*What to work on:* Retype, word for word, every line from the one holding "v -3.175 5.499 0" through the one holding "v 4.49 -4.49 12.433" in the entries below, both included, and only those lines.

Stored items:

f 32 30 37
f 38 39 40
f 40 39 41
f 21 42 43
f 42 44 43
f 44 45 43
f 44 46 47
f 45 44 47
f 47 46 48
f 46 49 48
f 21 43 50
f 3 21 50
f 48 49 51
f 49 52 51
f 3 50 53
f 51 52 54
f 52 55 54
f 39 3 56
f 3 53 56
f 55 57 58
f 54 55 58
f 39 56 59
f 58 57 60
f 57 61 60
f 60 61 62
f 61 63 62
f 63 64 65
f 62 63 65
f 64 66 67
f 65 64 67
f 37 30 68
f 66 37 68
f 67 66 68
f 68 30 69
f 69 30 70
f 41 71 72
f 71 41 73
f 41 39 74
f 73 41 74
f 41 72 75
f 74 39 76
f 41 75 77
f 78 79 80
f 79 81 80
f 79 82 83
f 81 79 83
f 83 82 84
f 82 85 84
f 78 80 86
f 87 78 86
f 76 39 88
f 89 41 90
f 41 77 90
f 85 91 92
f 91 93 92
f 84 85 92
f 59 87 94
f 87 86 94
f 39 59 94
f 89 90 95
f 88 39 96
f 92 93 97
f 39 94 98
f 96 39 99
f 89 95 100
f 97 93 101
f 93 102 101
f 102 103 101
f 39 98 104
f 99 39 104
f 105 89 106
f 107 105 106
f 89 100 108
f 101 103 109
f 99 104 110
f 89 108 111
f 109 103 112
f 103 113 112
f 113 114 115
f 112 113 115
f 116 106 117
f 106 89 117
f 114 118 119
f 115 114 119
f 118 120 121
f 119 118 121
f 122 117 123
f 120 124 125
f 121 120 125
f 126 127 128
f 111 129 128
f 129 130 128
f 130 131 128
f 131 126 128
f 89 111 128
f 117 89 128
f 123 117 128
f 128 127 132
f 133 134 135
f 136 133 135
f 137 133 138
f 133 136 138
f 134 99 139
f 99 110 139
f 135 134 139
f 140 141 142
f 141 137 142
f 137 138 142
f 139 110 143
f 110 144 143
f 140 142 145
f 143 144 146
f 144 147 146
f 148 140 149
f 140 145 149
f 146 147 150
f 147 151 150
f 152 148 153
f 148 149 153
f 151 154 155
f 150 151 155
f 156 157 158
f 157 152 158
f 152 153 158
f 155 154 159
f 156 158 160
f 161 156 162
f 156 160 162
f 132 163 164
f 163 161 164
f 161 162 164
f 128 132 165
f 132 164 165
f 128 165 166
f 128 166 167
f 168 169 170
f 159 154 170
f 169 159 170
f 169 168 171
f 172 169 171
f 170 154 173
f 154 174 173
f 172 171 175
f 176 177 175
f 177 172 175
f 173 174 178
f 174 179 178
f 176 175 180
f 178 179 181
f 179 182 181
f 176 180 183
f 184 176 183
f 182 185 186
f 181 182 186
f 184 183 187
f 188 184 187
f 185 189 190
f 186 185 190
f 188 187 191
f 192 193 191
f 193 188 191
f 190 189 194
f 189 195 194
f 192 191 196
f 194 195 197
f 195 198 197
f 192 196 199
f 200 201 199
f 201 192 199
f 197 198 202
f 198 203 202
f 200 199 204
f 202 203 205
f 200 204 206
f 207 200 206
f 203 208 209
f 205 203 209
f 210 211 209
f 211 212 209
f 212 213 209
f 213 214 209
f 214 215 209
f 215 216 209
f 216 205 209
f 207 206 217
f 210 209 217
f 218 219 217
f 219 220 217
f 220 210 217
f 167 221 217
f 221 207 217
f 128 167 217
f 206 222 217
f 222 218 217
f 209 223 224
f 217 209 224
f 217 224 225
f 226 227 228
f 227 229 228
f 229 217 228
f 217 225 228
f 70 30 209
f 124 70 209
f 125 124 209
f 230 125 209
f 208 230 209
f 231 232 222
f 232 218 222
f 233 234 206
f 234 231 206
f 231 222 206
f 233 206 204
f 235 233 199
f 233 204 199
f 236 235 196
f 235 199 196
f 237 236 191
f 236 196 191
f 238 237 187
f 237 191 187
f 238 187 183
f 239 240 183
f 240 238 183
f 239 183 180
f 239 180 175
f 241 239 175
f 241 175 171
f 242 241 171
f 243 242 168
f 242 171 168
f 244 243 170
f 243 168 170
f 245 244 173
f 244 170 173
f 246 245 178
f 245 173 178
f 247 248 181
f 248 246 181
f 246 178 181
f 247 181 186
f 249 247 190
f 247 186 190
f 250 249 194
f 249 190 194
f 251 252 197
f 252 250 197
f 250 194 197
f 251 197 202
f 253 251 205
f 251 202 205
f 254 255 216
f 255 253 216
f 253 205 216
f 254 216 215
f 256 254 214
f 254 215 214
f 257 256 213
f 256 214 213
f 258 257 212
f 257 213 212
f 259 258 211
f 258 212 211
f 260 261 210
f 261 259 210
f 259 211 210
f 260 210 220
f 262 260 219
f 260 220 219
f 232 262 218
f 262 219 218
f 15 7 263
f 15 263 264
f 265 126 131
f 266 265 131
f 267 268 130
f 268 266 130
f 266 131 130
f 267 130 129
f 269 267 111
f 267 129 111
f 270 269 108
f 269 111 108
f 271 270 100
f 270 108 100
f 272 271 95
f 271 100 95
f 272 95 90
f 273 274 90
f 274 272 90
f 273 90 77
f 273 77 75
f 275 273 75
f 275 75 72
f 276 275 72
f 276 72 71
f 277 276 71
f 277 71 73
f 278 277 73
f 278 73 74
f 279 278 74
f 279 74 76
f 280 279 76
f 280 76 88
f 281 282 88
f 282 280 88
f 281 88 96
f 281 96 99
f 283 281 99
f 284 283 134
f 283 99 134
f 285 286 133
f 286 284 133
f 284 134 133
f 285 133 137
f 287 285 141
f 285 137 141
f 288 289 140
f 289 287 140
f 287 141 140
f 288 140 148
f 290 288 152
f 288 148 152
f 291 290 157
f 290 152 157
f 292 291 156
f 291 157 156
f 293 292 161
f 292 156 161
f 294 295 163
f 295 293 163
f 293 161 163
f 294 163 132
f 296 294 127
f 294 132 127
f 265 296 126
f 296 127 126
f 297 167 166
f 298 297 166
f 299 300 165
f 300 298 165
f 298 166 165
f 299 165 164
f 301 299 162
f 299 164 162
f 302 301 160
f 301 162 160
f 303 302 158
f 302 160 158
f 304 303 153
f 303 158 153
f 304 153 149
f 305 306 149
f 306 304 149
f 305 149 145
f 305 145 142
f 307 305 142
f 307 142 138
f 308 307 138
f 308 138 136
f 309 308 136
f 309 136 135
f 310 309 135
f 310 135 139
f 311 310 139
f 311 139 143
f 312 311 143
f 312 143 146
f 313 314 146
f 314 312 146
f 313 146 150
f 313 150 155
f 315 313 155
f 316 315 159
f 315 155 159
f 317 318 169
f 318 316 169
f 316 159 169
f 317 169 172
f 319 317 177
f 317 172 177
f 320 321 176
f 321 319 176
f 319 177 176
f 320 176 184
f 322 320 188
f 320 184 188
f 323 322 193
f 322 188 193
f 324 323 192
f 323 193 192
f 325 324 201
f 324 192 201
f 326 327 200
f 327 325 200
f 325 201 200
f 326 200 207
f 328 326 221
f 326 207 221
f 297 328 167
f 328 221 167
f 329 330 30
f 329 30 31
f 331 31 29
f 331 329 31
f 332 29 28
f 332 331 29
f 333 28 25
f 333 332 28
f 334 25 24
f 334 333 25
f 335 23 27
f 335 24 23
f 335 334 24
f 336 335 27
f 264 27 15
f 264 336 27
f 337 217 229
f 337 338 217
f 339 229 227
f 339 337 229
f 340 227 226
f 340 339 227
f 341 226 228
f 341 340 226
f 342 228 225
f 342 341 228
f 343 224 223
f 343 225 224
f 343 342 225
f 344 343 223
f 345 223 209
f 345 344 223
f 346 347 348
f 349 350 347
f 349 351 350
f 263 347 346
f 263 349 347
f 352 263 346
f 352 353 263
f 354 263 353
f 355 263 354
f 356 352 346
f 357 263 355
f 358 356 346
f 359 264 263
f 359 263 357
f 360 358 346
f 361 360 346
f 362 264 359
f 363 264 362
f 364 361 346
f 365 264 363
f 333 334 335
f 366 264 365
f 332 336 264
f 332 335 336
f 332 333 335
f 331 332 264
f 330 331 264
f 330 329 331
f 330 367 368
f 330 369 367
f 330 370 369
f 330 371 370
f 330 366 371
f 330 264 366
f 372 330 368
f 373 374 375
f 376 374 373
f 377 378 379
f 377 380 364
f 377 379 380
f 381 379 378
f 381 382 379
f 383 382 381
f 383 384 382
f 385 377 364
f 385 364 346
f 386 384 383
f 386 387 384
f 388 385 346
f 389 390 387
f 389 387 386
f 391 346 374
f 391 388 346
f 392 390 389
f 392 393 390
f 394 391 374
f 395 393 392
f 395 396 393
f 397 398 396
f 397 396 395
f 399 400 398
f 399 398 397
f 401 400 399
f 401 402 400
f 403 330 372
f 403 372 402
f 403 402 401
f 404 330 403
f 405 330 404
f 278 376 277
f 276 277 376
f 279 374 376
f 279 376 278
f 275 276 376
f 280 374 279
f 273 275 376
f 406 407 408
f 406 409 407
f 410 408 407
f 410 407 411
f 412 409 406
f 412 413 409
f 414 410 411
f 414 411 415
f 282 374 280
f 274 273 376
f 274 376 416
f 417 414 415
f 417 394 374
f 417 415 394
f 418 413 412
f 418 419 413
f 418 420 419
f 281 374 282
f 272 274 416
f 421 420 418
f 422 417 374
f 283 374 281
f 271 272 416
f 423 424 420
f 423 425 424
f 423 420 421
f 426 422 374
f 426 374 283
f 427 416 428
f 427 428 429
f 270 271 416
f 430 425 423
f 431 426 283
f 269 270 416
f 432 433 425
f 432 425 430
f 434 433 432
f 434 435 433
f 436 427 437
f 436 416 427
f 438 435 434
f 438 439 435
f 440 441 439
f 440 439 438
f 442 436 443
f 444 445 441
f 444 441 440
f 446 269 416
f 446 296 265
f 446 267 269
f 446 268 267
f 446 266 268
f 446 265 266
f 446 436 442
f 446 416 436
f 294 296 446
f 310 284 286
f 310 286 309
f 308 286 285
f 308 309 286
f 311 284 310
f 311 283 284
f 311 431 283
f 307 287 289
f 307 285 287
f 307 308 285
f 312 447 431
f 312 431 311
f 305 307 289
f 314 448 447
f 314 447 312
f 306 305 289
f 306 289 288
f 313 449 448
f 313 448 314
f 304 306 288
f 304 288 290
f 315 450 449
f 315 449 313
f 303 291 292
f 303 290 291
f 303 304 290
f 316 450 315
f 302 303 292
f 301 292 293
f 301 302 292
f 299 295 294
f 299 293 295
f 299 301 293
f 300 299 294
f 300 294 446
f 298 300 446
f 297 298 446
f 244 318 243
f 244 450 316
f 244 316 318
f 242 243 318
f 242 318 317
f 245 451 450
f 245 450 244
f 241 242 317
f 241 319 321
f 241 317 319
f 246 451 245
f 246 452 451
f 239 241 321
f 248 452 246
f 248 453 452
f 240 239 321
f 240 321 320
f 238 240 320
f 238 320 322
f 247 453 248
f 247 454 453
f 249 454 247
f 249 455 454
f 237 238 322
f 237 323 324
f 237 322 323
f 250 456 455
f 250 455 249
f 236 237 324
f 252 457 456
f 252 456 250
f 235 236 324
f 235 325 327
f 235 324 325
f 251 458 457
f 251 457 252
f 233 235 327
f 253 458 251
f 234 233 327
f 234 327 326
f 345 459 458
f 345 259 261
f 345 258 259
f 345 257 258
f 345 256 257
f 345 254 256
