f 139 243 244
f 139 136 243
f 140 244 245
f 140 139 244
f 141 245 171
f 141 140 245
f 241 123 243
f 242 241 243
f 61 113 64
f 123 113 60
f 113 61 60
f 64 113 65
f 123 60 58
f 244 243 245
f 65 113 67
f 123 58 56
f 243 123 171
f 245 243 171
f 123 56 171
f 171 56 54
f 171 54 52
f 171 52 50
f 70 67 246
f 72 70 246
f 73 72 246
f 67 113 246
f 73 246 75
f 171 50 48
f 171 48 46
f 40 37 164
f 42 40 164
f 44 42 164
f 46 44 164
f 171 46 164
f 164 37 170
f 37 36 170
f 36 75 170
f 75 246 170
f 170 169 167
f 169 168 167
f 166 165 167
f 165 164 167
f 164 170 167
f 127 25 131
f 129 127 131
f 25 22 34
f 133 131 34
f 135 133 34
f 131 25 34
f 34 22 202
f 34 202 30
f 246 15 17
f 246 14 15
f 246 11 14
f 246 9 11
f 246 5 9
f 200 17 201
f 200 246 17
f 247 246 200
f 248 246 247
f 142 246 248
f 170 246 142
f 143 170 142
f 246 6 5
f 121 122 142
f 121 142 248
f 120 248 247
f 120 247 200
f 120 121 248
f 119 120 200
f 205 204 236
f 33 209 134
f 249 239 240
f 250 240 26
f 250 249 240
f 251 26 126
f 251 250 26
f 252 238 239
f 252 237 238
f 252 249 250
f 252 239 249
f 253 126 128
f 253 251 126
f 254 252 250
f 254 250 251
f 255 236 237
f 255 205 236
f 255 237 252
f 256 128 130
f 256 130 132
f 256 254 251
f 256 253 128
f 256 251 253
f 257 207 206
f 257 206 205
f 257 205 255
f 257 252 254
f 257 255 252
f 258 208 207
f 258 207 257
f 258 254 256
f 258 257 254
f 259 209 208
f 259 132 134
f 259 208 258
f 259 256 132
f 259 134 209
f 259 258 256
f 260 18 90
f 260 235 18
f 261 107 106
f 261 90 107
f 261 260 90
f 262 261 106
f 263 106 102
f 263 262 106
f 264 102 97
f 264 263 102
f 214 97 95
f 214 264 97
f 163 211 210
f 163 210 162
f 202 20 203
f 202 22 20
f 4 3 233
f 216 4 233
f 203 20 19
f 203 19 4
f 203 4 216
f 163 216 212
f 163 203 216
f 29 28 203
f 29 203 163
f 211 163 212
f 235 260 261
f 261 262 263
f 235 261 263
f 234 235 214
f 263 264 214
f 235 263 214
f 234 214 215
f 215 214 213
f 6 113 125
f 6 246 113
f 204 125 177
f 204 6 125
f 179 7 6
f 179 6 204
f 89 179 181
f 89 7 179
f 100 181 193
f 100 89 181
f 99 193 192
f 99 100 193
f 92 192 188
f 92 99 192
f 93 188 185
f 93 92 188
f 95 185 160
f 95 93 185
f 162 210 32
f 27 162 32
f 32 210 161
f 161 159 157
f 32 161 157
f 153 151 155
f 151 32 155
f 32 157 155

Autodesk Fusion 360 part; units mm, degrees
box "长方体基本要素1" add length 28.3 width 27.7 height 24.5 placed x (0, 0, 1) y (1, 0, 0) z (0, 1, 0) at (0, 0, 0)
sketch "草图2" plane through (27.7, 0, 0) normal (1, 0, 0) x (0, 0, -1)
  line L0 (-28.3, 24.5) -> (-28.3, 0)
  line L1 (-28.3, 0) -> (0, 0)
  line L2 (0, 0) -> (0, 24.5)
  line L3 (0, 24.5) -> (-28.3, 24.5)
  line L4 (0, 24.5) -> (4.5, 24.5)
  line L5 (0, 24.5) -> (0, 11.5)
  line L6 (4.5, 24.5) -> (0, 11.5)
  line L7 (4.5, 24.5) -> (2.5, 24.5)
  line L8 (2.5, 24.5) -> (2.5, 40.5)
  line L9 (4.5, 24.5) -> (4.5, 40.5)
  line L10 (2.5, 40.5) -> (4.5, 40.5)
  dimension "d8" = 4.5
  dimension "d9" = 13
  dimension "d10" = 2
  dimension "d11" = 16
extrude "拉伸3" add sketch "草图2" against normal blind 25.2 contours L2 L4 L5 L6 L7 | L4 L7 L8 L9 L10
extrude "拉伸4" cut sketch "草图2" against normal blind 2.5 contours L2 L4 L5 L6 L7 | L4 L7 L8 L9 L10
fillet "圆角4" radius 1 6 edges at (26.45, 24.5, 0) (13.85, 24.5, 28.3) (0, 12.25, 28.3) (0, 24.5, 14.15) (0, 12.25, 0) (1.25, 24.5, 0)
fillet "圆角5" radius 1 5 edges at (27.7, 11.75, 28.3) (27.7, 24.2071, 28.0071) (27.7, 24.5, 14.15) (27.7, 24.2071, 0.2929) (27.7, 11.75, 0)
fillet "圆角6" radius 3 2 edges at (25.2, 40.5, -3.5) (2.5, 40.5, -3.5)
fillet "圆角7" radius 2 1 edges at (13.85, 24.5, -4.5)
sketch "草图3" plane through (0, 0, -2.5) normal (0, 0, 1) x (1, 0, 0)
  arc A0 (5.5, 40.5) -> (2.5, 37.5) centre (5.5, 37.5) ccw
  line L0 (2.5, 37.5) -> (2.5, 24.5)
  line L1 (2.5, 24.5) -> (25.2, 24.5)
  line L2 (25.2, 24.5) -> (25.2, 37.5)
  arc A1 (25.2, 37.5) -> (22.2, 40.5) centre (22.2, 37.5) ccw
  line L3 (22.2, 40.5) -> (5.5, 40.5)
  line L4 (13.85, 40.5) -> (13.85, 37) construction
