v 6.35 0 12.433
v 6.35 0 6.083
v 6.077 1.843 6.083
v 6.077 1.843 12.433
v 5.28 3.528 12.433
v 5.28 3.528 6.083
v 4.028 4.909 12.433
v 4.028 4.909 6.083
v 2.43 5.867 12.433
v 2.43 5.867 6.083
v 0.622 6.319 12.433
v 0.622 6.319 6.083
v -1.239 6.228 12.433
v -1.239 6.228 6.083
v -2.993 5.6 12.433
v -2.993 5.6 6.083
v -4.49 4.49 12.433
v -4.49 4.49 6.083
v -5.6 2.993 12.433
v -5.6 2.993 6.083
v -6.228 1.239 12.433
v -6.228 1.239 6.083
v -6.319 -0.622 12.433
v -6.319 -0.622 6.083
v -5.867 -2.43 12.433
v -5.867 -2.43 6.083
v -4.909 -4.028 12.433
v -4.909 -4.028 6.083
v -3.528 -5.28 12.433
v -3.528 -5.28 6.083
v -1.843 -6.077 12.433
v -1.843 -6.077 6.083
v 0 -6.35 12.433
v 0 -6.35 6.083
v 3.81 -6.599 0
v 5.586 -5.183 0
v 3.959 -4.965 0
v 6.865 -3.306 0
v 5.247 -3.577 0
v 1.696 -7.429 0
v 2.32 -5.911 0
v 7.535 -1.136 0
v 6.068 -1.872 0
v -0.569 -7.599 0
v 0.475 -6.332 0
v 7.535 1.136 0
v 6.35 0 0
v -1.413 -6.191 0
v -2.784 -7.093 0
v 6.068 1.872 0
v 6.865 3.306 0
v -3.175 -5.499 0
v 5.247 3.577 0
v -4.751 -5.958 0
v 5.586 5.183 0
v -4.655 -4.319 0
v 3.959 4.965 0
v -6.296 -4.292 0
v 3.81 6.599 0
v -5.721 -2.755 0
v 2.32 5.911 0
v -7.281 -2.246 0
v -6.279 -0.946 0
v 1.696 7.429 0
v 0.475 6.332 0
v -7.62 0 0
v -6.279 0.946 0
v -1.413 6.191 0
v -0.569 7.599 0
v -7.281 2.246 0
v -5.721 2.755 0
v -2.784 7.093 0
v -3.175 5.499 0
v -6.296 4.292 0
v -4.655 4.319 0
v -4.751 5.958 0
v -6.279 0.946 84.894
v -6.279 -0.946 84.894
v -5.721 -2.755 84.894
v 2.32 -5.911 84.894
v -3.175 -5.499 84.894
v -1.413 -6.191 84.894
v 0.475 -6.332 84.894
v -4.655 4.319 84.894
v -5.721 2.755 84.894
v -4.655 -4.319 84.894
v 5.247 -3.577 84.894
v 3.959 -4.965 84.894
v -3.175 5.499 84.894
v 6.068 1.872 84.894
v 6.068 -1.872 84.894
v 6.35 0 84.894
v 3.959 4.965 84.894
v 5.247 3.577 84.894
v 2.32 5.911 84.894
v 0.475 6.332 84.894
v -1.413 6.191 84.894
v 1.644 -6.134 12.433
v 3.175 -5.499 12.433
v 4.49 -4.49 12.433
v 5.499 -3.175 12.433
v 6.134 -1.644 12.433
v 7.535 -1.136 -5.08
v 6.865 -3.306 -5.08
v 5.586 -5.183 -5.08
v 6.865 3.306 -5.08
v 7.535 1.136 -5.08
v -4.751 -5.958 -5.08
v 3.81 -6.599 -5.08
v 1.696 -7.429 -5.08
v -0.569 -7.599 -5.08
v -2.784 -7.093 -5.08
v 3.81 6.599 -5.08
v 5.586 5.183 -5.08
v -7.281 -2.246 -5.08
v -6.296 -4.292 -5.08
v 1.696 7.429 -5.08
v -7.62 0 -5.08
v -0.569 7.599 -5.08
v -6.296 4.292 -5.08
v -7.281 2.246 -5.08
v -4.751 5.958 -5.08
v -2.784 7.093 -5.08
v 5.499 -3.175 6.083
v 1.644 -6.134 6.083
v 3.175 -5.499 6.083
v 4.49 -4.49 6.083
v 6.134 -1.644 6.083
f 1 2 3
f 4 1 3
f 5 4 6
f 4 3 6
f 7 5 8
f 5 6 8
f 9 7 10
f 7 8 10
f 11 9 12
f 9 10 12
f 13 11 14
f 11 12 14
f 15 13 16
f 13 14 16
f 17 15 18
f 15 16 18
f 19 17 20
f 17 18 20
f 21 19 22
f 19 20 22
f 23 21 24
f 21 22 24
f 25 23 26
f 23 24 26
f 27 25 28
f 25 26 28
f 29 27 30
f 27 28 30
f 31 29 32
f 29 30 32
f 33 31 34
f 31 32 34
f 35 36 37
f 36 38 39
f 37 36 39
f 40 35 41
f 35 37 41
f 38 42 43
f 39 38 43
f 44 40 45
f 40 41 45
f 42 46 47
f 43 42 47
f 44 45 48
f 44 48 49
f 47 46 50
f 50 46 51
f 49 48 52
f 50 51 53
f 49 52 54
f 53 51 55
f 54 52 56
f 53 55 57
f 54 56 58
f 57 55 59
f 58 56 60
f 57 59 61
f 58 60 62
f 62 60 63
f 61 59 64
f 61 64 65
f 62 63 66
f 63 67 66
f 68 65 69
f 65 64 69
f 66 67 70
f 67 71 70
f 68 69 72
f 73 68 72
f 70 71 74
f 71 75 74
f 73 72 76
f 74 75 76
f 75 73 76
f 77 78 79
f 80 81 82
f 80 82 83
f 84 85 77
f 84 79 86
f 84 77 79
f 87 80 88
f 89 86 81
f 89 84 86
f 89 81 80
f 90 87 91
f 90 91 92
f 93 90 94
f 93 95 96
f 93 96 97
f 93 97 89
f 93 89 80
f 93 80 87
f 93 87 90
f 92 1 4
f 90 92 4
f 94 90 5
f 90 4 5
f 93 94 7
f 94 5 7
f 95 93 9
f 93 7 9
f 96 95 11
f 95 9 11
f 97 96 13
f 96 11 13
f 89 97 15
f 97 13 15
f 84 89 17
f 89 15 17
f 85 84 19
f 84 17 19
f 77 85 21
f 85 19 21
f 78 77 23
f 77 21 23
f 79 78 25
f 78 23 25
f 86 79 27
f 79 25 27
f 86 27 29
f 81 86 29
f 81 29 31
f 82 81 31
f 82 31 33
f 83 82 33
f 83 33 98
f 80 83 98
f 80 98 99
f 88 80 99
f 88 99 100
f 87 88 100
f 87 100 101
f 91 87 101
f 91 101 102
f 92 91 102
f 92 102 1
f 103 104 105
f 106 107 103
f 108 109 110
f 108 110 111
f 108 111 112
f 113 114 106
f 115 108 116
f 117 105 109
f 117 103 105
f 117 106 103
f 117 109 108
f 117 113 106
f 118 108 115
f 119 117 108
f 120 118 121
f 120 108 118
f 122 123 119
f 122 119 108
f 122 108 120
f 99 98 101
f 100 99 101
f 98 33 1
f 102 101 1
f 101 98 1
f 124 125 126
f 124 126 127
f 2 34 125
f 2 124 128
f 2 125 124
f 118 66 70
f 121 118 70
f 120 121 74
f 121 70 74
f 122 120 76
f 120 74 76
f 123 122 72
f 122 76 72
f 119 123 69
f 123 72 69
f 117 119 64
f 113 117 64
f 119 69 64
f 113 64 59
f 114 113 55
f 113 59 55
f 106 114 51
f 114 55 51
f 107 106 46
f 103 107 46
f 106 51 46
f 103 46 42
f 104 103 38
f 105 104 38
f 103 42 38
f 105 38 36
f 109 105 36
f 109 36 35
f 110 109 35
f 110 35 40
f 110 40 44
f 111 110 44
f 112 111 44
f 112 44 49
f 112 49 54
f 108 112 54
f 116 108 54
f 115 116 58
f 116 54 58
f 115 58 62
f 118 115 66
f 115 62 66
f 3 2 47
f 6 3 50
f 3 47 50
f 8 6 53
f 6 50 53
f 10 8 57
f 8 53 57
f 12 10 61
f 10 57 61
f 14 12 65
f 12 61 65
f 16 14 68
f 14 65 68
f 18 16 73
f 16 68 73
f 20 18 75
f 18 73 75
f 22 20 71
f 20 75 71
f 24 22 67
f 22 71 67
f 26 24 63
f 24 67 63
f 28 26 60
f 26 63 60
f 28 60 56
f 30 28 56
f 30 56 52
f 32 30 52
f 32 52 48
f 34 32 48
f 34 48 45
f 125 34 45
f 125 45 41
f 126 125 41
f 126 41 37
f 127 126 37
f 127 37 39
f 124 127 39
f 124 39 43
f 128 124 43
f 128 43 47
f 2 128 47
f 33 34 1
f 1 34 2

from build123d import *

# Parameters (mm, degrees)
SKETCH1_R           = 6.35
BOSS_EXTRUDE1_DEPTH = 6.0833
SKETCH4_R           = 7.62
BOSS_EXTRUDE2_DEPTH = 5.08
BOSS_EXTRUDE3_DEPTH = 6.35
SKETCH13_R          = 6.35
BOSS_EXTRUDE4_DEPTH = 72.46112


with BuildPart() as part:
    # Sketch1 → Boss-Extrude1 (new body)
    with BuildSketch(Plane.XY):
        Circle(SKETCH1_R)
    extrude(amount=BOSS_EXTRUDE1_DEPTH)

    # Sketch4 → Boss-Extrude2 (add)
    with BuildSketch(Plane(origin=(0, 0, 0), x_dir=(-1, 0, 0), z_dir=(0, 0, -1))):
        Circle(SKETCH4_R)
    extrude(amount=BOSS_EXTRUDE2_DEPTH)

    # Sketch12 → Boss-Extrude3 (add)
    with BuildSketch(Plane.XY.offset(6.0833)):
        with BuildLine():
            Line((0, -6.35), (6.35, 0))
            ThreePointArc((6.35, 0), (-4.490128061, 4.490128061), (0, -6.35))
        make_face()
    extrude(amount=BOSS_EXTRUDE3_DEPTH)

    # Sketch13 → Boss-Extrude4 (add)
    with BuildSketch(Plane.XY.offset(12.4333)):
        Circle(SKETCH13_R)
    extrude(amount=BOSS_EXTRUDE4_DEPTH)


solid = part.part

*Output below:*
v -3.175 5.499 0
v -6.296 4.292 0
v -4.655 4.319 0
v -4.751 5.958 0
v -6.279 0.946 84.894
v -6.279 -0.946 84.894
v -5.721 -2.755 84.894
v 2.32 -5.911 84.894
v -3.175 -5.499 84.894
v -1.413 -6.191 84.894
v 0.475 -6.332 84.894
v -4.655 4.319 84.894
v -5.721 2.755 84.894
v -4.655 -4.319 84.894
v 5.247 -3.577 84.894
v 3.959 -4.965 84.894
v -3.175 5.499 84.894
v 6.068 1.872 84.894
v 6.068 -1.872 84.894
v 6.35 0 84.894
v 3.959 4.965 84.894
v 5.247 3.577 84.894
v 2.32 5.911 84.894
v 0.475 6.332 84.894
v -1.413 6.191 84.894
v 1.644 -6.134 12.433
v 3.175 -5.499 12.433
v 4.49 -4.49 12.433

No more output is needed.